Sandra Birdsell walked so that Miriam Toews could run. Both Mennonite writers from rural Manitoba — Birdsell from the generation before Toews — they chronicled the lives of girls and women from that funny diasporic religious group to which I too belong, a group that has taken on giant proportions in our national literature.
I discovered Birdsell’s first book, Night Travellers, in my twenties, in the middle of the boring and beautiful act of rediscovering one’s culture after time away from it. Where has this been all my life?! I mentally shouted, alone on my mattress in a third-floor Winnipeg walk‑up. Following a dreamy, hurting Métis-Mennonite family from the fictional town of Agassiz, the linked stories are soft and electric, measured and urgent, and they are honest. I tore through her second collection, Ladies of the House, with the same zeal.
I hated to admit it, but reading her debut novel, The Missing Child, went more slowly. My attention wandered. I plodded my way toward the finish line, but my Birdsell kick came to a not-so-screeching halt.
In part, that’s because the remaining book I owned of hers was The Russländer. My first-edition paperback features a young girl garbed in black, staring severely into the distance, in front of a vaguely rural scene. I was well aware of its contents: it was about the Mennonites who escaped the turmoil and violence of the nascent Soviet Union in the 1910s and 1920s to come to Canada, where they were met with suspicion by those who’d settled decades prior.
My copy moved with me from Manitoba to Ontario, from New York to Ohio. I never once cracked it. Every flash of its cover sparked an internal klaxon: Here is this serious book about your serious people! I began to resent it. Diasporic guilt, you can’t win over me!
Until recently it did.
The Russländer, as it turns out, is serious — but in a good way. The sweeping historical novel follows Katya Vogt, a daughter of the overseer of a rich estate. Her father believes the owner’s empty promise of land, while he belittles the locals who work under him. (They are described as “Russians” in “Russia.” Reading it today, you know they are Ukrainians, and they are in Ukraine.) Then comes the First World War. Then the Russian Revolution, the birth of the Soviet Union. Then 1923, when Katya and what’s left of her family go to Canada.
Birdsell’s writing is as powerful and measured as I remembered it to be. Partly this strength comes from her simple and savvy use of point of view: she diverges from Katya’s voice only by way of letters. At critical moments, the framing shifts to the 1990s, showing Katya in a Winnipeg nursing home, speaking to a “young man with a tape machine,” who is hoping to preserve her community’s tragic stories.
So Katya tells him. She shares the detailed story she never told anybody. Her parents and many other relatives were murdered in cold blood in their yard by a group known to the world largely as “Makhnovists” or “anarchists” but for whom Mennonites had a different name: “the bandits.” Katya survived only because she was able to run and hide.
Other traumas Katya does not reveal — traumas that women spoke of only among themselves, when men were not around. “God knew what had happened,” Birdsell writes, “and, for them, that was enough.”

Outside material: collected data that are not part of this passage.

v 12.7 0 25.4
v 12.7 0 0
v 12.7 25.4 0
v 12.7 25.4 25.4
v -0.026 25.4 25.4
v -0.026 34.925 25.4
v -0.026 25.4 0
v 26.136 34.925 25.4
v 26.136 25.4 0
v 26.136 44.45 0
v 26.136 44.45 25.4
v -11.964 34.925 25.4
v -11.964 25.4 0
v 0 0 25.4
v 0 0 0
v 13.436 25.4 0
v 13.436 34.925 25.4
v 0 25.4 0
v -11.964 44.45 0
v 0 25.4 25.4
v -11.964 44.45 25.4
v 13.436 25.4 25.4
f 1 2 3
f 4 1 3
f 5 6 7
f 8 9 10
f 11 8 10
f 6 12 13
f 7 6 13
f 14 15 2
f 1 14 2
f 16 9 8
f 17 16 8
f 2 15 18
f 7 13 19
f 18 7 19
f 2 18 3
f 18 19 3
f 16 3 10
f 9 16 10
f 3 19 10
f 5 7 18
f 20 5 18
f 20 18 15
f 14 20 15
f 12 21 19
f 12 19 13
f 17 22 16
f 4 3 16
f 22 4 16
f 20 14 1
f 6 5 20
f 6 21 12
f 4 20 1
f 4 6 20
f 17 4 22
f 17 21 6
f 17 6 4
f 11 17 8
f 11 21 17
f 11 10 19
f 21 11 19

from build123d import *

# Parameters (mm, degrees)
F1_DEPTH = 25.4
F3_DEPTH = 11.938
F5_DEPTH = 12.7


with BuildPart() as f1:
    # F0 (on Top) → F1 (new body)
    with BuildSketch(Plane.XY):
        Polygon((0, 25.4), (0, 0), (12.699998, 0), (12.699998, 25.4), (26.136232, 25.4), (26.136232, 44.45), (-11.963768, 44.45), (-11.963768, 25.4), align=None)
    extrude(amount=F1_DEPTH)

    # F2 (on face) → F3 (cut)
    with BuildSketch(Plane(origin=(-11.963768, 0, 0), x_dir=(0, -1, 0), z_dir=(-1, 0, 0))):
        Polygon((-34.925, 25.4), (-25.4, 0), (-25.4, 25.4), align=None)
    extrude(amount=-F3_DEPTH, mode=Mode.SUBTRACT)

    # F4 (on face) → F5 (cut)
    with BuildSketch(Plane.YZ.offset(26.136232)):
        Polygon((25.4, 25.4), (25.4, 0), (34.925, 25.4), align=None)
    extrude(amount=-F5_DEPTH, mode=Mode.SUBTRACT)


solid = f1.part
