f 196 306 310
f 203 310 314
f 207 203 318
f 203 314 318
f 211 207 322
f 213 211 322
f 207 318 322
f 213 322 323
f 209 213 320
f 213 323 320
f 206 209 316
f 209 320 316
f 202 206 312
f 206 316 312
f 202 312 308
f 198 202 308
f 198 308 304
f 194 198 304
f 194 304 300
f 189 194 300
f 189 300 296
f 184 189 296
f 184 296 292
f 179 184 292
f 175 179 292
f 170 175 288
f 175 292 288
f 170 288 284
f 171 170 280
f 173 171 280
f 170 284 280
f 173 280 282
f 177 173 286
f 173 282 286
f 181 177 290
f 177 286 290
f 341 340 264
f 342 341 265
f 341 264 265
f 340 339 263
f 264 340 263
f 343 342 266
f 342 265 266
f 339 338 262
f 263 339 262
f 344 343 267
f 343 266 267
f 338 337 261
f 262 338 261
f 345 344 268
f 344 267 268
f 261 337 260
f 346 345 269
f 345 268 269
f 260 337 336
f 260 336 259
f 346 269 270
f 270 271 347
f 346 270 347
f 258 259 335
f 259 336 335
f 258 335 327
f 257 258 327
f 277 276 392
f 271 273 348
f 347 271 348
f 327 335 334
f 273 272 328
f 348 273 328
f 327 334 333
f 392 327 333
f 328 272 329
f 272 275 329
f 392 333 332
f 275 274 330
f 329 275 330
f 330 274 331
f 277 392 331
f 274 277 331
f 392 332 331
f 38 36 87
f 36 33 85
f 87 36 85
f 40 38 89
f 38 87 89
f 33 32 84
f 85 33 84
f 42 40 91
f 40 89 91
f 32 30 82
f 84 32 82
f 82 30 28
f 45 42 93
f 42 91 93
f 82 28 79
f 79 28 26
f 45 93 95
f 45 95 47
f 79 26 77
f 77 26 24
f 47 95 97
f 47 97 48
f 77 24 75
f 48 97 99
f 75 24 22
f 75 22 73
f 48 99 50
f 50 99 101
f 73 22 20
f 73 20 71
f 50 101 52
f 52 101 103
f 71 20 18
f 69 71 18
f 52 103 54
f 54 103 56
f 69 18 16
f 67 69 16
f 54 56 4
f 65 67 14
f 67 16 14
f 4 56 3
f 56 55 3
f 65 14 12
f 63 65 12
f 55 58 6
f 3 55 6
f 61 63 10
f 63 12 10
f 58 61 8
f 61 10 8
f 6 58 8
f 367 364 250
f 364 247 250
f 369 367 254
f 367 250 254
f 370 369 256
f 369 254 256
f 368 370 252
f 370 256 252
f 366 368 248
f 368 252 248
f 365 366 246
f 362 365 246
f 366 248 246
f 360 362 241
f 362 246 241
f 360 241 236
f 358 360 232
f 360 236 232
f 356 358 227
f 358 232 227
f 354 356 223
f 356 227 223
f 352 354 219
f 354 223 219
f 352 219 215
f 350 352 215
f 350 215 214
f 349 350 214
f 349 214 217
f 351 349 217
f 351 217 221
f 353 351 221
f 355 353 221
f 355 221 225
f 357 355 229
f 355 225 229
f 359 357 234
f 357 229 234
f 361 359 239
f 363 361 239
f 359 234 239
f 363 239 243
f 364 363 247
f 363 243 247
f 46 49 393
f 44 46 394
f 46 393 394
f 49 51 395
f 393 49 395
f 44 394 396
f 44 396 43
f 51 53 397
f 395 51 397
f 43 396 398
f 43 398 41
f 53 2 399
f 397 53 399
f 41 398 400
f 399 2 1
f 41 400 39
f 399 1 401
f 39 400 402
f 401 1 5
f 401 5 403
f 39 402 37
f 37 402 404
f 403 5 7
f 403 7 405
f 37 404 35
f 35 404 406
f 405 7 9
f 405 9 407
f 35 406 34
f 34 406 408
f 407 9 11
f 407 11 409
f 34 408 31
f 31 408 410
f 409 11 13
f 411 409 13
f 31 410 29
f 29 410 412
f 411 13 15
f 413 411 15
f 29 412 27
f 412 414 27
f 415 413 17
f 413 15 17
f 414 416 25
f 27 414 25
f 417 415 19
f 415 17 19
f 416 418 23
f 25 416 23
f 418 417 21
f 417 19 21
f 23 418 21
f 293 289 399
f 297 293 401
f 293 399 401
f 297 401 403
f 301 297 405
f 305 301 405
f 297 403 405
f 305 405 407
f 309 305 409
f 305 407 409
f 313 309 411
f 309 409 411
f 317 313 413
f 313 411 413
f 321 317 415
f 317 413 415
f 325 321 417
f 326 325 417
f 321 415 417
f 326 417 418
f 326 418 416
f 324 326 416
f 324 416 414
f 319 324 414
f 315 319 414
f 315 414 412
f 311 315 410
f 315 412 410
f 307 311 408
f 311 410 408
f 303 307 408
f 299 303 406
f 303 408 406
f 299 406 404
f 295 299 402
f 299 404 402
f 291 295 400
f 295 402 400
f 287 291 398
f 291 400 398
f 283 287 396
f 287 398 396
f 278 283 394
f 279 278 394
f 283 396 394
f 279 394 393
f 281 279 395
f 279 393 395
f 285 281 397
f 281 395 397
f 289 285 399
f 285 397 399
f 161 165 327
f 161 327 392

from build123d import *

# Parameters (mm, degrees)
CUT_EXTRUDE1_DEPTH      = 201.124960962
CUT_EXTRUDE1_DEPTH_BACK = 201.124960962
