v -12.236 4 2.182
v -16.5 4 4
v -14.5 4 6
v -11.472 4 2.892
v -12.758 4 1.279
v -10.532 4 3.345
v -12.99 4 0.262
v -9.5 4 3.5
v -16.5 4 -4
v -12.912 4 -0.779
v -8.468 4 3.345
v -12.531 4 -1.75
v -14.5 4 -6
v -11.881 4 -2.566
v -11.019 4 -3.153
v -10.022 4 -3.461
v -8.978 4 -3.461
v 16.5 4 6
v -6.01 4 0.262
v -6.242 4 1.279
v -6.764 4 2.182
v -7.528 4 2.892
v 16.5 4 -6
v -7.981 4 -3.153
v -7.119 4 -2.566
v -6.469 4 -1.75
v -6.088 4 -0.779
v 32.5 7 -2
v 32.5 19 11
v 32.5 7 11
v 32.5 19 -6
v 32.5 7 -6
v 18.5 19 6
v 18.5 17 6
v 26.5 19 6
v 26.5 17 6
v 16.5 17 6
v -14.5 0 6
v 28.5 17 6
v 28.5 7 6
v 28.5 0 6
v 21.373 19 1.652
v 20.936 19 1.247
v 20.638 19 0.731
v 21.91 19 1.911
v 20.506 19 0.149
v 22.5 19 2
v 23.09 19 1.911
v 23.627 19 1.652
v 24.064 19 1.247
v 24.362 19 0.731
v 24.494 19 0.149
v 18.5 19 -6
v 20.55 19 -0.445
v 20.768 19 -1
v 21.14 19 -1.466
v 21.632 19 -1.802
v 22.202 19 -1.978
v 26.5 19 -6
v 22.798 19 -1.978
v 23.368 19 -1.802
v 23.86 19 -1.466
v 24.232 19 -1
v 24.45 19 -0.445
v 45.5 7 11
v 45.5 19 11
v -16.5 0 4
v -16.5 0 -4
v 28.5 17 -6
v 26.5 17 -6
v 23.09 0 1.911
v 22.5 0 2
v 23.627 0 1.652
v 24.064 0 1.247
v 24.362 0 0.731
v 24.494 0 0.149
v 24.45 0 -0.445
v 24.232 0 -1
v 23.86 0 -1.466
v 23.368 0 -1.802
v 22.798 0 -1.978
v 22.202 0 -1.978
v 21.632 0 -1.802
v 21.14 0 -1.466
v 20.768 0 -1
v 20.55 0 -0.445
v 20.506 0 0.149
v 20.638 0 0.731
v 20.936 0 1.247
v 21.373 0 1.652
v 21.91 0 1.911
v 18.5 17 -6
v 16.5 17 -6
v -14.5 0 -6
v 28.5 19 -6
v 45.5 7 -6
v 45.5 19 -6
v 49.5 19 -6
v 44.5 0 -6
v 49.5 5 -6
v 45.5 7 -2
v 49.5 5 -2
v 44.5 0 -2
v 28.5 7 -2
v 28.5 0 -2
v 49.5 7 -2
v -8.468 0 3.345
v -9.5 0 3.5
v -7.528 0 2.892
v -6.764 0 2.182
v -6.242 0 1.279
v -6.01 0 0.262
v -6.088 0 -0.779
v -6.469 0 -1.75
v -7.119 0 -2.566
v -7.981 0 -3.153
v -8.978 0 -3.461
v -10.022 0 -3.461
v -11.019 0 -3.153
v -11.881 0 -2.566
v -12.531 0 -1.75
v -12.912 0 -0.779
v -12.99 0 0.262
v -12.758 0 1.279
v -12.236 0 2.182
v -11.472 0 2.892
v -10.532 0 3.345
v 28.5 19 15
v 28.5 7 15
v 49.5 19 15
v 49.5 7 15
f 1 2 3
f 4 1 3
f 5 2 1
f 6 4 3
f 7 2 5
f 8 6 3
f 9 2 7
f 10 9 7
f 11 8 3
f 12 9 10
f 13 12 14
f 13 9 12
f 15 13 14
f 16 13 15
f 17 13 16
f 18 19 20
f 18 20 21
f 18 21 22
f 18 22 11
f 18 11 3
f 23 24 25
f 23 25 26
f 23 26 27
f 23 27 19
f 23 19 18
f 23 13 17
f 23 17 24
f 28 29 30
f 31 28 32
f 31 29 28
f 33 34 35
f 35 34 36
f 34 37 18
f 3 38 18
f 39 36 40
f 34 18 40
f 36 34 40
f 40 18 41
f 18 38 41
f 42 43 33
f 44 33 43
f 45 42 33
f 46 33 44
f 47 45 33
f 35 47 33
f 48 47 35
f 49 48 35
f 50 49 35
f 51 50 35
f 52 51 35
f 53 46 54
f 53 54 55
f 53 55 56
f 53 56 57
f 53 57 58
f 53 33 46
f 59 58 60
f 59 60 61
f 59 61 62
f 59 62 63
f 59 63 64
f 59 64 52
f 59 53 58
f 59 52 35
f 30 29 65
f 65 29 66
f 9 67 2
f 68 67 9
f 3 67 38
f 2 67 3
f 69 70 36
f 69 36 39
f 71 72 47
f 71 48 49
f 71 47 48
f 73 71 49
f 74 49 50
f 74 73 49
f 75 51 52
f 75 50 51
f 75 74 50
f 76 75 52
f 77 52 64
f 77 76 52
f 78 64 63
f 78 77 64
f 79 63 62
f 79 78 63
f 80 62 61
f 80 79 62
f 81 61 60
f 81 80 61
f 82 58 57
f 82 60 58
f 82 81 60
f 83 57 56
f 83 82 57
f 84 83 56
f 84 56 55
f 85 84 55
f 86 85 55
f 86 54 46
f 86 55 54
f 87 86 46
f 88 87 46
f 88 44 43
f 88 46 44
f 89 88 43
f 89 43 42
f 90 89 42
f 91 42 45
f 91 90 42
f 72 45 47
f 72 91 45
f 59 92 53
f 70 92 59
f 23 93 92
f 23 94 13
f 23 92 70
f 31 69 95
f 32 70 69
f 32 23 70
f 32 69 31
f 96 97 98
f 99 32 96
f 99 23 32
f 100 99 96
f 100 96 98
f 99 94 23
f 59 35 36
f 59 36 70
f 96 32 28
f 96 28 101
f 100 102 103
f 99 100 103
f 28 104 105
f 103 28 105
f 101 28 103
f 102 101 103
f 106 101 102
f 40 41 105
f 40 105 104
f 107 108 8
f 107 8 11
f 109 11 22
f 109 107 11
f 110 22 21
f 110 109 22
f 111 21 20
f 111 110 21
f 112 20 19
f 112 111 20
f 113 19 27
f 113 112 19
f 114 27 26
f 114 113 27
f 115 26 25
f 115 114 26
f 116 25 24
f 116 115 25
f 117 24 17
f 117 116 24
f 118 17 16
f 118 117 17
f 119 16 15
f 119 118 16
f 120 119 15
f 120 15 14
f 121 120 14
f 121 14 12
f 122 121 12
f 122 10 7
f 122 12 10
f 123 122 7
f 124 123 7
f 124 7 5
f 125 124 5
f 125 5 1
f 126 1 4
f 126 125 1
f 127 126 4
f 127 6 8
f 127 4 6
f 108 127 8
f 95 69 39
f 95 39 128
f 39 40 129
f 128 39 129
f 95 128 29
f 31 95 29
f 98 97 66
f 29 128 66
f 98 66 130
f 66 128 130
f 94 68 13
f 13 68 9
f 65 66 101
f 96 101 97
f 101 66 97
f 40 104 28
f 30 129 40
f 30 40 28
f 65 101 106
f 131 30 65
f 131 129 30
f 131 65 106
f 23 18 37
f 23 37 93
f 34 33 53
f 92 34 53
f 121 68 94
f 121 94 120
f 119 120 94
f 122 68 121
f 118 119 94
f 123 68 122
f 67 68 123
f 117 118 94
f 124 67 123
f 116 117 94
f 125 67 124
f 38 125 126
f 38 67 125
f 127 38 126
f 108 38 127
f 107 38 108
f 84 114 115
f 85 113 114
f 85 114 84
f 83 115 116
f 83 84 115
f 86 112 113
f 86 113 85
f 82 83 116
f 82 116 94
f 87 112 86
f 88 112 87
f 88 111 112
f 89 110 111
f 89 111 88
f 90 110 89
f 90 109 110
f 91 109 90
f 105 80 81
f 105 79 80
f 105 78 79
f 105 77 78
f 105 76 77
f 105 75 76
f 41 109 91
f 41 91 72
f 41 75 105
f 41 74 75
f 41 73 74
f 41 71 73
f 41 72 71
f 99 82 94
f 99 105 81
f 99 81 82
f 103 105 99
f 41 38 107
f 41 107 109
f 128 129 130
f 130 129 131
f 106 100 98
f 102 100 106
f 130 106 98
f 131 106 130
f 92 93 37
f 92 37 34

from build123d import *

# Parameters (mm, degrees)
SKETCH_1_W               = 33
SKETCH_1_H               = 12
EXTRUDE_1_DEPTH          = 4
SKETCH_1_3_W             = 12
SKETCH_1_3_H             = 12
EXTRUDE_2_DEPTH          = 19
SKETCH_2_W               = 2
SKETCH_2_H               = 12
CUT_EXTRUDE_1_DEPTH      = 2
SKETCH_3_W               = 21
SKETCH_3_H               = 21
EXTRUDE_3_DEPTH          = 19
CUT_EXTRUDE_2_DEPTH      = 58.028501646
SKETCH_5_W               = 13
SKETCH_5_H               = 13
CUT_EXTRUDE_3_DEPTH      = 56.102177815
SKETCH_6_W               = 13
SKETCH_6_H               = 4
CUT_EXTRUDE_4_DEPTH      = 12
SKETCH_7_W               = 21
SKETCH_7_H               = 7
CUT_EXTRUDE_5_DEPTH      = 17
CUT_EXTRUDE_6_DEPTH      = 54.853969213
CUT_EXTRUDE_6_DEPTH_BACK = 54.853969213
SKETCH_8_R               = 3.5
CUT_EXTRUDE_7_DEPTH      = 56.102177815
CUT_EXTRUDE_7_DEPTH_BACK = 56.102177815
SKETCH_9_R               = 2
CHAMFER_1_SIZE           = 2


with BuildPart() as part:
    # 草图1 → 凸台-拉伸1 (new body)
    with BuildSketch(Plane(origin=(0, 0, 0), x_dir=(1, 0, 0), z_dir=(0, 1, 0))):
        Rectangle(SKETCH_1_W, SKETCH_1_H)
    extrude(amount=EXTRUDE_1_DEPTH)

    # 草图1<3> → 凸台-拉伸2 (add)
    with BuildSketch(Plane(origin=(0, 0, 0), x_dir=(1, 0, 0), z_dir=(0, 1, 0))):
        with Locations((22.5, 0)):
            Rectangle(SKETCH_1_3_W, SKETCH_1_3_H)
    extrude(amount=EXTRUDE_2_DEPTH)

    # 草图2 → 切除-拉伸1 (cut)
    with BuildSketch(Plane(origin=(0, 19, 0), x_dir=(1, 0, 0), z_dir=(0, 1, 0))):
        with Locations((17.5, 0)):
            Rectangle(SKETCH_2_W, SKETCH_2_H)
        with Locations((27.5, 0)):
            Rectangle(SKETCH_2_W, SKETCH_2_H)
    extrude(amount=-CUT_EXTRUDE_1_DEPTH, mode=Mode.SUBTRACT)

    # 草图3 → 凸台-拉伸3 (add)
    with BuildSketch(Plane.XZ):
        with Locations((39, 4.5)):
            Rectangle(SKETCH_3_W, SKETCH_3_H)
    extrude(amount=-EXTRUDE_3_DEPTH)

    # 草图4 → 切除-拉伸2 (cut, through all)
    with BuildSketch(Plane.XY.offset(15)):
        Polygon((49.5, 5), (44.5, 0), (49.5, 0), align=None)
    extrude(amount=-CUT_EXTRUDE_2_DEPTH, mode=Mode.SUBTRACT)

    # 草图5 → 切除-拉伸3 (cut, through all)
    with BuildSketch(Plane(origin=(0, 19, 0), x_dir=(1, 0, 0), z_dir=(0, 1, 0))):
        with Locations((39, -4.5)):
            Rectangle(SKETCH_5_W, SKETCH_5_H)
    extrude(amount=-CUT_EXTRUDE_3_DEPTH, mode=Mode.SUBTRACT)

    # 草图6 → 切除-拉伸4 (cut)
    with BuildSketch(Plane(origin=(0, 19, 0), x_dir=(1, 0, 0), z_dir=(0, 1, 0))):
        with Locations((39, 4)):
            Rectangle(SKETCH_6_W, SKETCH_6_H)
    extrude(amount=-CUT_EXTRUDE_4_DEPTH, mode=Mode.SUBTRACT)

    # 草图7 → 切除-拉伸5 (cut)
    with BuildSketch(Plane.XY.offset(15)):
        with Locations((39, 3.5)):
            Rectangle(SKETCH_7_W, SKETCH_7_H)
    extrude(amount=-CUT_EXTRUDE_5_DEPTH, mode=Mode.SUBTRACT)

    # 草图8 → 切除-拉伸6 (cut, two sides: drawn at the far end of the back side and taken through both)
    with BuildSketch(Plane(origin=(0, 4, 0), x_dir=(1, 0, 0), z_dir=(0, 1, 0)).offset(-CUT_EXTRUDE_6_DEPTH_BACK)):
        with Locations(Location((-9.5, 0, 0), (0, 0, 270))):
            Circle(SKETCH_8_R)
    extrude(amount=CUT_EXTRUDE_6_DEPTH + CUT_EXTRUDE_6_DEPTH_BACK, mode=Mode.SUBTRACT)

    # 草图9 → 切除-拉伸7 (cut, two sides: drawn at the far end of the back side and taken through both)
    with BuildSketch(Plane(origin=(0, 19, 0), x_dir=(1, 0, 0), z_dir=(0, 1, 0)).offset(-CUT_EXTRUDE_7_DEPTH_BACK)):
        with Locations(Location((22.5, 0, 0), (0, 0, 270))):
            Circle(SKETCH_9_R)
    extrude(amount=CUT_EXTRUDE_7_DEPTH + CUT_EXTRUDE_7_DEPTH_BACK, mode=Mode.SUBTRACT)

    # 倒角1
    chamfer_1_edges = [part.edges().sort_by_distance(p)[0] for p in [
        (-16.5, 2, 6),
        (-16.5, 2, -6),
    ]]
    chamfer(chamfer_1_edges, length=CHAMFER_1_SIZE)


solid = part.part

That’s the other reason it took me so long to open The Russländer. I am one of many who grew up with these kinds of stories. My great-grandfather appears in the 1980s documentary . . . And When They Shall Ask, in which one man tells of the bandits severing the heads of an entire family and then placing them around the dinner table. Mennonites, traditionally, are unconditionally non-violent. Many held on to that principle until the bandits came. “No man is a pacifist,” another interviewee says, “when a soldier is at his mother’s bed.” I realize now that I felt an aversion to ingesting any more details about the faith-extinguishing brutality from this time. I had known these stories since I was small. I have long known, also, that Mennonites were not unique in holding such experiences.
But I’m glad I read Birdsell’s novel. Moreover, I’m glad I read it in 2025. It reminded me of, among other things, her commitment to honesty. The bandits were led by a man who believed he was building a better world. To this day, he has admirers, as is often the way with those who lead movements and tolerate cruelty, no matter what they leave in their wake.
Casey Plett is the author of On Community and other books. She teaches at Ohio University.